*Stored data:*
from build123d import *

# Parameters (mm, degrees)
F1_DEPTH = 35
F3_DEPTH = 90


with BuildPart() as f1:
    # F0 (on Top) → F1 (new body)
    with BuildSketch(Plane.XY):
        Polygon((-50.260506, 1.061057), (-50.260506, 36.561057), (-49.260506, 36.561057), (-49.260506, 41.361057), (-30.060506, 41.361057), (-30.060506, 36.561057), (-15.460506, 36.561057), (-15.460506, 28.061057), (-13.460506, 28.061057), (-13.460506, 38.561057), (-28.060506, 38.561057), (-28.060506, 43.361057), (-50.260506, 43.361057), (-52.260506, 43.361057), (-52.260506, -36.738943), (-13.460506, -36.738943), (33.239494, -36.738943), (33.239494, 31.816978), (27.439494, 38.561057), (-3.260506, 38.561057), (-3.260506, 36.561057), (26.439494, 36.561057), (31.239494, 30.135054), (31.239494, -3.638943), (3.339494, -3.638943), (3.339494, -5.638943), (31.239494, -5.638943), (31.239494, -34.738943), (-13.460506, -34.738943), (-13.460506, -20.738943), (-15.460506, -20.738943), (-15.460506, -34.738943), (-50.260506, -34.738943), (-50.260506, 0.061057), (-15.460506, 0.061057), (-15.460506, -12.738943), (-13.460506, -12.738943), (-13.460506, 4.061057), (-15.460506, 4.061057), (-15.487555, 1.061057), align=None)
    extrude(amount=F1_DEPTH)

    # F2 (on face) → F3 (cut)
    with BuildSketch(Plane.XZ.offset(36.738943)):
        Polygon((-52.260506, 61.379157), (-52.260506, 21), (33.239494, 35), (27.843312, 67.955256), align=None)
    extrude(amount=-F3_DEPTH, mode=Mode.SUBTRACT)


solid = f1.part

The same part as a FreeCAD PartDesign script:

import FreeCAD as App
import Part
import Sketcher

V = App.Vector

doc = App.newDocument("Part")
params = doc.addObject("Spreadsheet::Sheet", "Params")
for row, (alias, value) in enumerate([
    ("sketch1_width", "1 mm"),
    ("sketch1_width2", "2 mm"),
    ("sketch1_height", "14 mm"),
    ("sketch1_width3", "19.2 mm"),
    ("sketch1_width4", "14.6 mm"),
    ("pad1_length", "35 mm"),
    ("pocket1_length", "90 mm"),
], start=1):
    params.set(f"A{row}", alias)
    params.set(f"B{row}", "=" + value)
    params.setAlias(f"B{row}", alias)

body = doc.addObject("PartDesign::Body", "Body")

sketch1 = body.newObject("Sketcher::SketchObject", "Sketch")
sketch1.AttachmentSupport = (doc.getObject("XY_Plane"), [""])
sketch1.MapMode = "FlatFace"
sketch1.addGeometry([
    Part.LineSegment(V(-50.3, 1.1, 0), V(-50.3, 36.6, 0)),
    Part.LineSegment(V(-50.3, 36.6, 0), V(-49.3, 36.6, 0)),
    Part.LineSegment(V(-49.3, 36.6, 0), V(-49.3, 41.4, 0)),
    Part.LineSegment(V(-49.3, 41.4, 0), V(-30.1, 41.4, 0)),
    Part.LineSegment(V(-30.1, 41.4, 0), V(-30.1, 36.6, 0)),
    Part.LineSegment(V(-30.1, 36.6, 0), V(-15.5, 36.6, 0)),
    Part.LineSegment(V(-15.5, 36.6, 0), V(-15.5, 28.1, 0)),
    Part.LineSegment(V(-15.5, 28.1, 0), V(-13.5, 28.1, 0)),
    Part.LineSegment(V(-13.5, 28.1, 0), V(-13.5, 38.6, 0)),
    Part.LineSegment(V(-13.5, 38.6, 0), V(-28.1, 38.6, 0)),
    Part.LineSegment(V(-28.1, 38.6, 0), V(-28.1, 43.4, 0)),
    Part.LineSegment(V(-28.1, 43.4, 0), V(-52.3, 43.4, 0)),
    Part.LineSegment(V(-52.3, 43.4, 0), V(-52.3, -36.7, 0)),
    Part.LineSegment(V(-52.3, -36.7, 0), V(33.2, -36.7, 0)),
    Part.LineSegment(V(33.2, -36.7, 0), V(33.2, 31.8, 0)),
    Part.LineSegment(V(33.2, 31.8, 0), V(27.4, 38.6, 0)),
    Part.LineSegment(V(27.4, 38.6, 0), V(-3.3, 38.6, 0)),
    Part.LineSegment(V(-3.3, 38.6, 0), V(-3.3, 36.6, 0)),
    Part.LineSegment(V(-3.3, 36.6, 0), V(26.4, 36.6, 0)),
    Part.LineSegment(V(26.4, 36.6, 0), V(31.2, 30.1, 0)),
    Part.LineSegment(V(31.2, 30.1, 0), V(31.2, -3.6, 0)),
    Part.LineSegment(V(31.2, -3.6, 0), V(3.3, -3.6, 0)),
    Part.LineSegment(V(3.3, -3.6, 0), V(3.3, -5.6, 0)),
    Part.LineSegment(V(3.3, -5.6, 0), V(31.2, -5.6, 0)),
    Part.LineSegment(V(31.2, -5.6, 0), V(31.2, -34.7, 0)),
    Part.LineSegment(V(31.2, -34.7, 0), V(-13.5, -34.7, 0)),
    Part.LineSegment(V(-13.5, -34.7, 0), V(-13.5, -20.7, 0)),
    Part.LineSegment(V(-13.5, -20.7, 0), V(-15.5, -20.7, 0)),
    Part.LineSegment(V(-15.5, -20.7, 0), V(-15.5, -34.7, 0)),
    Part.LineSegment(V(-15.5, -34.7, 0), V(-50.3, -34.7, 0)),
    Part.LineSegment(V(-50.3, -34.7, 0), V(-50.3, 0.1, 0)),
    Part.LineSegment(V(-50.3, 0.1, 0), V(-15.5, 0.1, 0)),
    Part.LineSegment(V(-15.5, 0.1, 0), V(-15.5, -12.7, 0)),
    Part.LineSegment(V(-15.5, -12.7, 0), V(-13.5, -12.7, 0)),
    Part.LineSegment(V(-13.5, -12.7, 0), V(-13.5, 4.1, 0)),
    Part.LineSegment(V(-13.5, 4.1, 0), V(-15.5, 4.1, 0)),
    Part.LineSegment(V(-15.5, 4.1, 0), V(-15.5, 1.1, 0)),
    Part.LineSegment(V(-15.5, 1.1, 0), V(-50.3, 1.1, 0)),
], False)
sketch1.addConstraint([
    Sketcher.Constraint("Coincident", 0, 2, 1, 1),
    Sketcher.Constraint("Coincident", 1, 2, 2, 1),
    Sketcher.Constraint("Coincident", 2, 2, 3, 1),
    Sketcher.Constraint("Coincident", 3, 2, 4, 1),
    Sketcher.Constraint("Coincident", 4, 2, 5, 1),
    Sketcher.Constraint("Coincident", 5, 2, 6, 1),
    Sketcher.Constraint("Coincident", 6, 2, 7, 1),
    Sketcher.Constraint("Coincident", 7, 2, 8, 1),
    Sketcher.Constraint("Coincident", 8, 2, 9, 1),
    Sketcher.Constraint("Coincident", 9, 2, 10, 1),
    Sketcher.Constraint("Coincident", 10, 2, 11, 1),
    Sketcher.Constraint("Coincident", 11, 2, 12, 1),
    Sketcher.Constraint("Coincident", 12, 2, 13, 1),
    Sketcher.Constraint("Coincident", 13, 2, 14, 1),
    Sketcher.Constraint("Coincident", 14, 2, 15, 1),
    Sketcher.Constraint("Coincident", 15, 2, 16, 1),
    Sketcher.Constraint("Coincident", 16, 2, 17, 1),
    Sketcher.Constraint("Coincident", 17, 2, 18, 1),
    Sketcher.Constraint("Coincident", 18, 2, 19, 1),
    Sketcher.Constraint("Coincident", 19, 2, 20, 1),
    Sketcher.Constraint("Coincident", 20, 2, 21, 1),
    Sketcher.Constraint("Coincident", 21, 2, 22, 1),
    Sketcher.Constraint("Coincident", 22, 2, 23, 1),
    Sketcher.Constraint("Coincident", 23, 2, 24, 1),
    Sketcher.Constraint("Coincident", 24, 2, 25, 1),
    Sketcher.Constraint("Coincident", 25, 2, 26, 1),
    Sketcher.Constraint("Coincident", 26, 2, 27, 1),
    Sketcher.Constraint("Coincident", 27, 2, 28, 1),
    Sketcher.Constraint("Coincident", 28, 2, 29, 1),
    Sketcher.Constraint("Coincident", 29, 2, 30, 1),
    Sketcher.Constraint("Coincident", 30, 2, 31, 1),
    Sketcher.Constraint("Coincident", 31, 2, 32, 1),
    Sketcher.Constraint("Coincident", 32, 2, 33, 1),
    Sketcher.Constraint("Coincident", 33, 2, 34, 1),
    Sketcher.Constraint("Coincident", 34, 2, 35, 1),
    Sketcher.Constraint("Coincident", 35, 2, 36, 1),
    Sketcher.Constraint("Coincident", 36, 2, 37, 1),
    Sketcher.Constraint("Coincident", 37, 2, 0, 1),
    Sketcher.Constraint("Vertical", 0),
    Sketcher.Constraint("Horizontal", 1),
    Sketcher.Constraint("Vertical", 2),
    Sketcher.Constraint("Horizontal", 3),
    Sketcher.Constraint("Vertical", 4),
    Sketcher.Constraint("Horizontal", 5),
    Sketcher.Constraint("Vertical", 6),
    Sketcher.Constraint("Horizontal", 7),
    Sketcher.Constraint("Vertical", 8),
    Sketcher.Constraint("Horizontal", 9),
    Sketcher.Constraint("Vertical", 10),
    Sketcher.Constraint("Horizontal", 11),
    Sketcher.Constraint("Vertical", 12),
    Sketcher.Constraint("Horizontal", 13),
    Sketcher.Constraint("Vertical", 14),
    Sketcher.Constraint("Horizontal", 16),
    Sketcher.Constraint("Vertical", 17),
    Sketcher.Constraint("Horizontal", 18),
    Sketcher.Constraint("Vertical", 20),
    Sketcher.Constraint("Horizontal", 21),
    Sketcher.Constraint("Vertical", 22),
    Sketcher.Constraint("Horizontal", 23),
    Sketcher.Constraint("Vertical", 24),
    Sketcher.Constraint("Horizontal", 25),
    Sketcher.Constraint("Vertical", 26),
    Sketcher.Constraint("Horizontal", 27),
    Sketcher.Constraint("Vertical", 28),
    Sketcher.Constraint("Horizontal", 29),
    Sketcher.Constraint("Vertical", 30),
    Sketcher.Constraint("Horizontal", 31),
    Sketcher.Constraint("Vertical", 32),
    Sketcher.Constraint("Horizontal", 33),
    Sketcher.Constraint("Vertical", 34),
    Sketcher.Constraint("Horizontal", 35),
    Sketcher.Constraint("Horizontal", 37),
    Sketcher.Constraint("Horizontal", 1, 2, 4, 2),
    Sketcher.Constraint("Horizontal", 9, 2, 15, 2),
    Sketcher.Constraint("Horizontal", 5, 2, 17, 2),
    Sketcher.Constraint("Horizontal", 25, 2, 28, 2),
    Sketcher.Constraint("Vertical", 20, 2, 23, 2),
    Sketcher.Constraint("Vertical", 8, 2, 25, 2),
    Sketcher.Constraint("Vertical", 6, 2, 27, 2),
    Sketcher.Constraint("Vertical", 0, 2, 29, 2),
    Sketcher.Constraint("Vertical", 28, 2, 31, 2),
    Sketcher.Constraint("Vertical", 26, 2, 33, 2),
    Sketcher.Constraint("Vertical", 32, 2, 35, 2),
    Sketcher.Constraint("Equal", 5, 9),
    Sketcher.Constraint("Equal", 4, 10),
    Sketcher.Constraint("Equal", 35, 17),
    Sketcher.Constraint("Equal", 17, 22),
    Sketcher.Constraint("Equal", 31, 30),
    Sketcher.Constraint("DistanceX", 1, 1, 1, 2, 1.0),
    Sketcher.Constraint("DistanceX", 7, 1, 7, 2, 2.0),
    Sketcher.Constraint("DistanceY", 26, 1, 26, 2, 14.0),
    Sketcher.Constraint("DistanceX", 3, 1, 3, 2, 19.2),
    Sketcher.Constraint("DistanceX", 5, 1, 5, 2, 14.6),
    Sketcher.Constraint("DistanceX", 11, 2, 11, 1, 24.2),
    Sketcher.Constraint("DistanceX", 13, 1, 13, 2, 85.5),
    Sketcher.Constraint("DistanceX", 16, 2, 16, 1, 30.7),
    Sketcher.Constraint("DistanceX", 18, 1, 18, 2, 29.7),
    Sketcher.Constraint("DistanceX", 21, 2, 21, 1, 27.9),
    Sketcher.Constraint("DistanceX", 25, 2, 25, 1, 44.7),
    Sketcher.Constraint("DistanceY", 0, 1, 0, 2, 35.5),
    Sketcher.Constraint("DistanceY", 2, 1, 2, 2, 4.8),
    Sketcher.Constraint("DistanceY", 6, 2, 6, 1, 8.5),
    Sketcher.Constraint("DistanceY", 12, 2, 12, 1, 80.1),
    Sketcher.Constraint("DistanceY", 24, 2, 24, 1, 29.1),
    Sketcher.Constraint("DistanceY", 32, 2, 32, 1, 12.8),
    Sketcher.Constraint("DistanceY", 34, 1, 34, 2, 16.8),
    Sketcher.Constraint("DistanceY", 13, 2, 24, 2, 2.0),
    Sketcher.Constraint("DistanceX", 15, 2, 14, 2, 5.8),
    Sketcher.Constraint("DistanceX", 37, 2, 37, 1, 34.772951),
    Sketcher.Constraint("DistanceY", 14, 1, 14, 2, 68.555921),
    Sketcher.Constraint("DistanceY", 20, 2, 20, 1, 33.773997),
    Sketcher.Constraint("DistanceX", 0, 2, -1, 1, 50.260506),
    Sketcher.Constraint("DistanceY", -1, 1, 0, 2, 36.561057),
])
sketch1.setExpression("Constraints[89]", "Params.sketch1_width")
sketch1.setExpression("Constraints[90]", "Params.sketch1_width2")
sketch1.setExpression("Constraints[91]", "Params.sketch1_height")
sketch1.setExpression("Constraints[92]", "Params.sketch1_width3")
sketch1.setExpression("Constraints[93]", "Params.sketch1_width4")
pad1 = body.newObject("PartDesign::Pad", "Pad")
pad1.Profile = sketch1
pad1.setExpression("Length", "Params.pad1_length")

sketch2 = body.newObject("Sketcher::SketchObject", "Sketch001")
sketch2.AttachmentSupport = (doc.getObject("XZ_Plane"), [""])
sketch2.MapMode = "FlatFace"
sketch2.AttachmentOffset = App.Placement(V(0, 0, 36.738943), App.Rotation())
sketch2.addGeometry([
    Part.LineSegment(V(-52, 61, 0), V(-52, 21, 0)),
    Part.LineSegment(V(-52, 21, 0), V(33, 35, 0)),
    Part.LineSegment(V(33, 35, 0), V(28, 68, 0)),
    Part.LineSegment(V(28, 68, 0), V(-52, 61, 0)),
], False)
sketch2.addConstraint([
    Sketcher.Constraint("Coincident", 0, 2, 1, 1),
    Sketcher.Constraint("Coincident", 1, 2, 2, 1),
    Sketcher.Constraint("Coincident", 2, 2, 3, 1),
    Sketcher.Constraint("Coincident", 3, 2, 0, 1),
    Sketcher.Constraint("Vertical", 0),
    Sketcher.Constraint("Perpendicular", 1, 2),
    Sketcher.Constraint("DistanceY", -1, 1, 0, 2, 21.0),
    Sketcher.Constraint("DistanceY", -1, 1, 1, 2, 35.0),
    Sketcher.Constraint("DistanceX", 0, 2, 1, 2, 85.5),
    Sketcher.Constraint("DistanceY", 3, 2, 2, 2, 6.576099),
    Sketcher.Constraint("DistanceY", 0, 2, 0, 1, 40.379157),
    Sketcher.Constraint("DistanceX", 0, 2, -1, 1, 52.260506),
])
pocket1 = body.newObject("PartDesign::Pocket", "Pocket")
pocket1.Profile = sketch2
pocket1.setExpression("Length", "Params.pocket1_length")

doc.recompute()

*Task brief:*
Using the material above, report each line where "extrude" occurs.

*The answer:*
    extrude(amount=F1_DEPTH)
    extrude(amount=-F3_DEPTH, mode=Mode.SUBTRACT)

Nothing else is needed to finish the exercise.